#### Supplied records ####

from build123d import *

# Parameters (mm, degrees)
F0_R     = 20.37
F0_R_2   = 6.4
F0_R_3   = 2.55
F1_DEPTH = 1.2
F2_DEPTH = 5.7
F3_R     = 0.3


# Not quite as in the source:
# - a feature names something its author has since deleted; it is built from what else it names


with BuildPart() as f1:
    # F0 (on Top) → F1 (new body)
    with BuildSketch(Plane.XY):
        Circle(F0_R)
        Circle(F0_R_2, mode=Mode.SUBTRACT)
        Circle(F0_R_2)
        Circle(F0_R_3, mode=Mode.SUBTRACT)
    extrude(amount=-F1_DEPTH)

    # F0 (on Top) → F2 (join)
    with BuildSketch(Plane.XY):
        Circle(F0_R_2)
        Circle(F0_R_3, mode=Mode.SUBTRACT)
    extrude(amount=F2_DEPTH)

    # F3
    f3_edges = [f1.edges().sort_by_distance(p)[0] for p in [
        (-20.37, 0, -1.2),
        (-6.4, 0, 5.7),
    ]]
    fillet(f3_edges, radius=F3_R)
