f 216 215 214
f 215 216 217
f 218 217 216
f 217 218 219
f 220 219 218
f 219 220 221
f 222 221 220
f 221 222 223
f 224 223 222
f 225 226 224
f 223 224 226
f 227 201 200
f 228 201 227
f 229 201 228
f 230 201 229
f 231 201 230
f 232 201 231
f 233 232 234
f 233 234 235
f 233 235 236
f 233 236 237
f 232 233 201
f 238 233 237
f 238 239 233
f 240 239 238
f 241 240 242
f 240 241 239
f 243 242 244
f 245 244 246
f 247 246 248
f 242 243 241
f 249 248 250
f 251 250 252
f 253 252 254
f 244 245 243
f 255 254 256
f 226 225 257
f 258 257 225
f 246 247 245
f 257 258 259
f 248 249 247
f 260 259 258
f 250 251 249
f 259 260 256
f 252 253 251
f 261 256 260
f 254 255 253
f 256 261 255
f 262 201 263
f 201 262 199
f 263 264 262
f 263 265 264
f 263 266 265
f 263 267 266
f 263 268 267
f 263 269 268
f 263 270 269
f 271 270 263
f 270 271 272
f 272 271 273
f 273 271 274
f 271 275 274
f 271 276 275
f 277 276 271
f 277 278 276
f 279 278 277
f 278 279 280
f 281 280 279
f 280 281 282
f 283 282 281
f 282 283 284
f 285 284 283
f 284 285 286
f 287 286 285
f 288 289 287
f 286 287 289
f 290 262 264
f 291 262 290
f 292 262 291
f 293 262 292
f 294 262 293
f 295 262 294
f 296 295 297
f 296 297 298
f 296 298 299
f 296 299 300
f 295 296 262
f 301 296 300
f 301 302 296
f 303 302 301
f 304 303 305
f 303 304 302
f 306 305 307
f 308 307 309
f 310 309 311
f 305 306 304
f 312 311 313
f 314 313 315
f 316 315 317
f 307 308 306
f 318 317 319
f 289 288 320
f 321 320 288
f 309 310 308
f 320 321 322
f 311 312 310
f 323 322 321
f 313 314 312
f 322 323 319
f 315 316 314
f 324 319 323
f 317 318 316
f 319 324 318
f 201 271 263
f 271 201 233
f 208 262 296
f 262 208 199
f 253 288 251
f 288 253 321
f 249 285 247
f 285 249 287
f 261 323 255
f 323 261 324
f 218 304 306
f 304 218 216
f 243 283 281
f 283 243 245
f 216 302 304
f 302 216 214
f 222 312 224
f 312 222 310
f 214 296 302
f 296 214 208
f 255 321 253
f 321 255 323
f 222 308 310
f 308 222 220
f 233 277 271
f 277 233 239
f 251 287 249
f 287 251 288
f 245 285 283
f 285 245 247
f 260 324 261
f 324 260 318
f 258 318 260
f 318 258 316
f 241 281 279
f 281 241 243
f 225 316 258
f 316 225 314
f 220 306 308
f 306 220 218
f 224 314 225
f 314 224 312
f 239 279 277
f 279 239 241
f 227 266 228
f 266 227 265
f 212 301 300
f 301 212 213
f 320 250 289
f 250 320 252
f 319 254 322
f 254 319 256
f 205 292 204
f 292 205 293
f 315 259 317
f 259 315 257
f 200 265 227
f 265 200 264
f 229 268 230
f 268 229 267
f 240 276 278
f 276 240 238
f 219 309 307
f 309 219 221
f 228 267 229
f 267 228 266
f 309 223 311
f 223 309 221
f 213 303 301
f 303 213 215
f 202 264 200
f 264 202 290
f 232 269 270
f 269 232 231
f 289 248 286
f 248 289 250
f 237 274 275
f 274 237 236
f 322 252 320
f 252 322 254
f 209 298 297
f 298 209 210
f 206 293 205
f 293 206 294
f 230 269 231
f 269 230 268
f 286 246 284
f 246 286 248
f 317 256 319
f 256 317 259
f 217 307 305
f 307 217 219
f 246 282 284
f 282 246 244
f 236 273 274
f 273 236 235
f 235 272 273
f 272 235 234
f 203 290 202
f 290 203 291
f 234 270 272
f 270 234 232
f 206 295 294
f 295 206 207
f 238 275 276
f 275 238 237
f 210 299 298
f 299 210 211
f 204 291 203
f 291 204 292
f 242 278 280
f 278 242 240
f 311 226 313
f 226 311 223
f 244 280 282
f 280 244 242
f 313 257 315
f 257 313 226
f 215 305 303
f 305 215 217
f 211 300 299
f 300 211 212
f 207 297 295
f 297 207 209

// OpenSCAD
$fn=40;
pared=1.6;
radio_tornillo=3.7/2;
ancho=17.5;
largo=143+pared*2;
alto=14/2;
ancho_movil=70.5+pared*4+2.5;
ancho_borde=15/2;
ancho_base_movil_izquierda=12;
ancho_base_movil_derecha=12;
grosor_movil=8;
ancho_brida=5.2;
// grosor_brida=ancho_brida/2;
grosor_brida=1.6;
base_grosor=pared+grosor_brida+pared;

####

Nothing but the lines from the one with "f 279 239 241" through the last line of the entries should be repeated, and those exactly.

f 279 239 241
f 227 266 228
f 266 227 265
f 212 301 300
f 301 212 213
f 320 250 289
f 250 320 252
f 319 254 322
f 254 319 256
f 205 292 204
f 292 205 293
f 315 259 317
f 259 315 257
f 200 265 227
f 265 200 264
f 229 268 230
f 268 229 267
f 240 276 278
f 276 240 238
f 219 309 307
f 309 219 221
f 228 267 229
f 267 228 266
f 309 223 311
f 223 309 221
f 213 303 301
f 303 213 215
f 202 264 200
f 264 202 290
f 232 269 270
f 269 232 231
f 289 248 286
f 248 289 250
f 237 274 275
f 274 237 236
f 322 252 320
f 252 322 254
f 209 298 297
f 298 209 210
f 206 293 205
f 293 206 294
f 230 269 231
f 269 230 268
f 286 246 284
f 246 286 248
f 317 256 319
f 256 317 259
f 217 307 305
f 307 217 219
f 246 282 284
f 282 246 244
f 236 273 274
f 273 236 235
f 235 272 273
f 272 235 234
f 203 290 202
f 290 203 291
f 234 270 272
f 270 234 232
f 206 295 294
f 295 206 207
f 238 275 276
f 275 238 237
f 210 299 298
f 299 210 211
f 204 291 203
f 291 204 292
f 242 278 280
f 278 242 240
f 311 226 313
f 226 311 223
f 244 280 282
f 280 244 242
f 313 257 315
f 257 313 226
f 215 305 303
f 305 215 217
f 211 300 299
f 300 211 212
f 207 297 295
f 297 207 209

// OpenSCAD
$fn=40;
pared=1.6;
radio_tornillo=3.7/2;
ancho=17.5;
largo=143+pared*2;
alto=14/2;
ancho_movil=70.5+pared*4+2.5;
ancho_borde=15/2;
ancho_base_movil_izquierda=12;
ancho_base_movil_derecha=12;
grosor_movil=8;
ancho_brida=5.2;
// grosor_brida=ancho_brida/2;
grosor_brida=1.6;
base_grosor=pared+grosor_brida+pared;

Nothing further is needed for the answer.